Kiefer, F.; Van Grootel, V.; Lecavelier des Etangs, A.; Szabó, Gy. M.; Brandeker, A.; Broeg, C.; Collier Cameron, A.; Deline, A.; Olofsson, G.; Wilson, T. G.; Sousa, S. G.; Gandolfi, D.; Hébrard, G.; Alibert, Y.; Alonso, R.; Anglada, G.; Bárczy, T.; Barrado, D.; Barros, S. C. C.; Baumjohann, W.; ... (2023). Hint of an exocomet transit in the CHEOPS light curve of HD 172555. Astronomy and astrophysics, 671, A25. EDP Sciences 10.1051/0004-6361/202245104
|
Text
aa45104-22.pdf - Published Version Available under License Creative Commons: Attribution (CC-BY). Download (2MB) | Preview |
HD 172555 is a young (~20 Myr) A7V star surrounded by a 10 au wide debris disk suspected to be replenished partly by collisions between large planetesimals. Small evaporating transiting bodies, that is exocomets, have also been detected in this system by spectroscopy. After β Pictoris, this is another example of a system possibly witnessing a phase of the heavy bombardment of planetesimals.
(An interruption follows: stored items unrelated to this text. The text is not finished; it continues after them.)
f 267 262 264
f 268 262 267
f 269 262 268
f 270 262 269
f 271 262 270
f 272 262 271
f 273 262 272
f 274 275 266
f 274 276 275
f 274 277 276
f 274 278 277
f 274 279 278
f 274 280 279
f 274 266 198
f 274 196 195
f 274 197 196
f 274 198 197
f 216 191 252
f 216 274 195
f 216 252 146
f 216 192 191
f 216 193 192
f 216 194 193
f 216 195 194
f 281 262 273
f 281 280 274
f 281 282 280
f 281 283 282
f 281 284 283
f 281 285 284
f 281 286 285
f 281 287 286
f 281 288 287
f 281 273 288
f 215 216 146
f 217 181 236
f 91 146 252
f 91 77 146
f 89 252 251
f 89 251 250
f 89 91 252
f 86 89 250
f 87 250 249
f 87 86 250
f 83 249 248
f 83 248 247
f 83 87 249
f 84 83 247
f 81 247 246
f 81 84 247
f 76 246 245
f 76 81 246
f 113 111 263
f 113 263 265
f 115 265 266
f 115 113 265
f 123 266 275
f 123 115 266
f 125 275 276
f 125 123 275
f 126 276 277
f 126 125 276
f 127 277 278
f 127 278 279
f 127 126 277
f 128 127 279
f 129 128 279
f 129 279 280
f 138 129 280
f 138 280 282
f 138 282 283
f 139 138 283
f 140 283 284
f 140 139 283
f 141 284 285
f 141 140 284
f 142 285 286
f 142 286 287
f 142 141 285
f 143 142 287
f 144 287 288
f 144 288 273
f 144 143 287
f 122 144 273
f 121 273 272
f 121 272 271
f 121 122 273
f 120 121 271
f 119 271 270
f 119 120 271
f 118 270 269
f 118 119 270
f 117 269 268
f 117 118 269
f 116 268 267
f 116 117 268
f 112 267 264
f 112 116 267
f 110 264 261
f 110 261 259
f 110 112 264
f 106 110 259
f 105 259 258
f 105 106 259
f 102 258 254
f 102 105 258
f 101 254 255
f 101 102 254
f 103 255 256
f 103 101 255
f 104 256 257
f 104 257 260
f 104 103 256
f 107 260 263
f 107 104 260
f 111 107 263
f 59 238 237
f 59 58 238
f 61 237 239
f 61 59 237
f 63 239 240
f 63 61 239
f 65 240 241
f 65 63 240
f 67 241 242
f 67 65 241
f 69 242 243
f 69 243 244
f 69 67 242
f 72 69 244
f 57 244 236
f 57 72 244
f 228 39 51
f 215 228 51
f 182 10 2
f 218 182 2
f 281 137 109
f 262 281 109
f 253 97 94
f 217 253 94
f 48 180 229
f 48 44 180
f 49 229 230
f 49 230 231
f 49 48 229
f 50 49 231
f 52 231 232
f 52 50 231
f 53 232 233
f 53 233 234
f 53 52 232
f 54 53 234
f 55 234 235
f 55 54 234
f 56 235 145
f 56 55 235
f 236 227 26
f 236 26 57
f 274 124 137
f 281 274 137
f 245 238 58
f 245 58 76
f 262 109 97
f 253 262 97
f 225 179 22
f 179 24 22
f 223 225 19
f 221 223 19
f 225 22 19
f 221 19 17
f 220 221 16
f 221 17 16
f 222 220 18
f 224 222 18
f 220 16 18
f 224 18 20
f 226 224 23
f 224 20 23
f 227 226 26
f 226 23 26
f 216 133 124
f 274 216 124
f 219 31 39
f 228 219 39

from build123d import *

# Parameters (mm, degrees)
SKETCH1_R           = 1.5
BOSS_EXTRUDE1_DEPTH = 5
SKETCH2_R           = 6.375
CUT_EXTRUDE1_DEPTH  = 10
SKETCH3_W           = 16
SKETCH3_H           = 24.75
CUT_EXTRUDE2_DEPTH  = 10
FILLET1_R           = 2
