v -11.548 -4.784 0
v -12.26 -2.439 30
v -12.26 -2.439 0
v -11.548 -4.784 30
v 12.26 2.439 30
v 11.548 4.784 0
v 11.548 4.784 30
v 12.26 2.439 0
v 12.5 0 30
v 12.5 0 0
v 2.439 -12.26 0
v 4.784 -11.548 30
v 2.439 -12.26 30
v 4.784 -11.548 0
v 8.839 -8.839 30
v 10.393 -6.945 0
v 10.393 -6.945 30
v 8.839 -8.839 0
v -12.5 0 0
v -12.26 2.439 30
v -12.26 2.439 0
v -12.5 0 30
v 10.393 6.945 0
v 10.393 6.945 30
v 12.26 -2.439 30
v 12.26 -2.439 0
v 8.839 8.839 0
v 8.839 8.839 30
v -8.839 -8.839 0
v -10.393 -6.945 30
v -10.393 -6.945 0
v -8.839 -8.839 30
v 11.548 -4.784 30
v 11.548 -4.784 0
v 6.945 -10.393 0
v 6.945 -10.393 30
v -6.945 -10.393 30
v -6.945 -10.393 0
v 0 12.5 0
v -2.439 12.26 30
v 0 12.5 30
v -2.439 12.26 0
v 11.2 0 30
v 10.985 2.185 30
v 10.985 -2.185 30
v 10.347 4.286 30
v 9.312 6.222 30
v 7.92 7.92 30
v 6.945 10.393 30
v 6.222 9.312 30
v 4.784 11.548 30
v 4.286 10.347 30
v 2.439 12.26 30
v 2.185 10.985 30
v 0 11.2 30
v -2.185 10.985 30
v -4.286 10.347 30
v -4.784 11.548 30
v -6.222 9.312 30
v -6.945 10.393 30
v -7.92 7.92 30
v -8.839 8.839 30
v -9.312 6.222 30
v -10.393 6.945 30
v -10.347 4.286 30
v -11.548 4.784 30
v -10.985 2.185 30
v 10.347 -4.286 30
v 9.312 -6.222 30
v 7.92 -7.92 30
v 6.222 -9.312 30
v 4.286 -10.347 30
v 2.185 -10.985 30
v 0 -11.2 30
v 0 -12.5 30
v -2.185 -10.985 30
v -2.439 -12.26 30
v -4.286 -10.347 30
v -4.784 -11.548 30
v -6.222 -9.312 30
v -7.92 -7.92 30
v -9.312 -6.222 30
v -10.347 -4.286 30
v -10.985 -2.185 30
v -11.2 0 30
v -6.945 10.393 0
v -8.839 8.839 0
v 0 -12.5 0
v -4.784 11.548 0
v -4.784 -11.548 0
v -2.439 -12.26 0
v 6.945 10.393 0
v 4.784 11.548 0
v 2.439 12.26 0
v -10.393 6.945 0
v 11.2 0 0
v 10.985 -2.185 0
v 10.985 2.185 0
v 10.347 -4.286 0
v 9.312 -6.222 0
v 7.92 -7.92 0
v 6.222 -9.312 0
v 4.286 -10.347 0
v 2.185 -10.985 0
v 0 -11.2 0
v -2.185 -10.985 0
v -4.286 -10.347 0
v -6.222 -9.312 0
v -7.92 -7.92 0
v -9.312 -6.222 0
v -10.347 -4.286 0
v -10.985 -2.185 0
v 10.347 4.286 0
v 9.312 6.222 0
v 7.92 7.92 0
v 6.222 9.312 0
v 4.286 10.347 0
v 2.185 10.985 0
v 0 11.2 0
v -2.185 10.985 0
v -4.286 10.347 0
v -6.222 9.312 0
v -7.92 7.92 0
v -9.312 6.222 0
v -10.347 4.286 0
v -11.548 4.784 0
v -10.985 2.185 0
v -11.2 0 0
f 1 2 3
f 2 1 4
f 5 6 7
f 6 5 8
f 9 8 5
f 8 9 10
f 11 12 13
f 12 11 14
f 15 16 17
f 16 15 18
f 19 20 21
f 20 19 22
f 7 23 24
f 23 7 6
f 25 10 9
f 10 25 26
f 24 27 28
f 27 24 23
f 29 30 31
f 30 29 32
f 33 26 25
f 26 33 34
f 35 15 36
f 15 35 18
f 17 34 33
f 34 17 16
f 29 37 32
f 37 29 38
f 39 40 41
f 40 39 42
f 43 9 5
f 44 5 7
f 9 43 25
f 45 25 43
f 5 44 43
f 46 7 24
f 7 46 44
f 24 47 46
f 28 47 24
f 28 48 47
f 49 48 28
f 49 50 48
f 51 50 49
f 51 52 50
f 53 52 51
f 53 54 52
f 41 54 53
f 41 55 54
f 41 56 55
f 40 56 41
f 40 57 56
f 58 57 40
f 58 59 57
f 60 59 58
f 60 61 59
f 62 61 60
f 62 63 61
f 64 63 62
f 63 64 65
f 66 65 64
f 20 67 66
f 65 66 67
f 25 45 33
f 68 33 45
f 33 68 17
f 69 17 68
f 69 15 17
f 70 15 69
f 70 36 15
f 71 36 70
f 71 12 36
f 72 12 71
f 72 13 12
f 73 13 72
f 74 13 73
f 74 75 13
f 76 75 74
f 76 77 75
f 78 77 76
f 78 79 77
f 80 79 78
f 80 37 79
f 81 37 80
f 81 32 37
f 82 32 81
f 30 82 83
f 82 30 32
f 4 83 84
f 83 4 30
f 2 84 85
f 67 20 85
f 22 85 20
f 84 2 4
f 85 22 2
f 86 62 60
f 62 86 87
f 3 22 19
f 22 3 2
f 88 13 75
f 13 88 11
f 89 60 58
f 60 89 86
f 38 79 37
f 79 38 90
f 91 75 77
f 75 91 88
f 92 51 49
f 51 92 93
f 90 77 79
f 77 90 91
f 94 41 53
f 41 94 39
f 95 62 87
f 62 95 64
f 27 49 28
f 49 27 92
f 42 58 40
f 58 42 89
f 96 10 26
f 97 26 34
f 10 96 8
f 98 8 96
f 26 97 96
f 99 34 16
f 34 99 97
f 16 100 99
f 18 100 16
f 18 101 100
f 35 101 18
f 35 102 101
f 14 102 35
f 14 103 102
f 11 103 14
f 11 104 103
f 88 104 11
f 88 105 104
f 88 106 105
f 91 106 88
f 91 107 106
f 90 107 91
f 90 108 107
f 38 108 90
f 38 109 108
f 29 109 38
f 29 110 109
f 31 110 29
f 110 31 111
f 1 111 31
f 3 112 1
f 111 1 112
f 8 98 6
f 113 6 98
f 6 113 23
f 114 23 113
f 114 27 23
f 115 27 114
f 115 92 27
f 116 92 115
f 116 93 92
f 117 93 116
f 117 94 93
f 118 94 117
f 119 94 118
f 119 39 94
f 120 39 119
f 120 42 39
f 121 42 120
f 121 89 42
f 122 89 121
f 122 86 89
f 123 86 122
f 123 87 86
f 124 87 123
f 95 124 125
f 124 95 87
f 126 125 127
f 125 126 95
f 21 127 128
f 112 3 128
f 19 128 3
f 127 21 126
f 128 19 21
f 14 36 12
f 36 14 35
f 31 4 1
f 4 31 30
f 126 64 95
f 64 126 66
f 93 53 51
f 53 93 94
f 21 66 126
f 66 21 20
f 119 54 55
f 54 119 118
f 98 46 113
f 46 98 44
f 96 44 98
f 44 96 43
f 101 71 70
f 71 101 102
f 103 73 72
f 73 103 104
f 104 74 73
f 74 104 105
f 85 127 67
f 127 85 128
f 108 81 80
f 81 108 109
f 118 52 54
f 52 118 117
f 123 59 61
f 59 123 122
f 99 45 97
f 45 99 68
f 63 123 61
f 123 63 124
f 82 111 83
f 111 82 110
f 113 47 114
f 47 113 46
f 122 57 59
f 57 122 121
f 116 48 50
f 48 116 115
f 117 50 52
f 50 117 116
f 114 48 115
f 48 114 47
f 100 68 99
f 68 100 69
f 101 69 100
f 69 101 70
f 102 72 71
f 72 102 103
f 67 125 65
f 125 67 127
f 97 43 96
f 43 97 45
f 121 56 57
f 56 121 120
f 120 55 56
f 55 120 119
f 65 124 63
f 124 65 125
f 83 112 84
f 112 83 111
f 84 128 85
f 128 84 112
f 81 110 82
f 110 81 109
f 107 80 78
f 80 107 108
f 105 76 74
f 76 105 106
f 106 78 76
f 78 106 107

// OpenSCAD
$fn = 32;

// ----------------------------------------------------------------------
// Thin tube: 1.3 mm wall
// ----------------------------------------------------------------------

// --- parameters (mm) ---
tube_od = 25;             // outer diameter
tube_h = 30;              // height, Z
wall = 1.3;               // wall thickness

difference() {
  cylinder(h = tube_h, d = tube_od);
  translate([0, 0, -1]) cylinder(h = tube_h + 2, d = tube_od - 2 * wall);
}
In such a system, small bodies trace dynamical evolution processes. We aim to constrain their dust content by using transit photometry. We performed a 2-day-long photometric monitoring of HD 172555 with the CHEOPS space telescope in order to detect shallow transits of exocomets with a typical expected duration of a few hours. The large oscillations in the light curve indicate that HD 172555 is a δ Scuti pulsating star. After removing those dominating oscillations, we found a hint of a transient absorption. If fitted with an exocomet transit model, it would correspond to an evaporating body passing near the star at a distance of 6.8±1.4R★ (or 0.05±0.01 au) with a radius of 2.5 km. These properties are comparable to those of the exocomets already found in this system using spectroscopy, as well as those found in the β Pic system. The nuclei of the Solar System's Jupiter family comets, with radii of 2-6 km, are also comparable in size. This is the first piece of evidence of an exocomet photometric transit detection in the young system of HD 172555.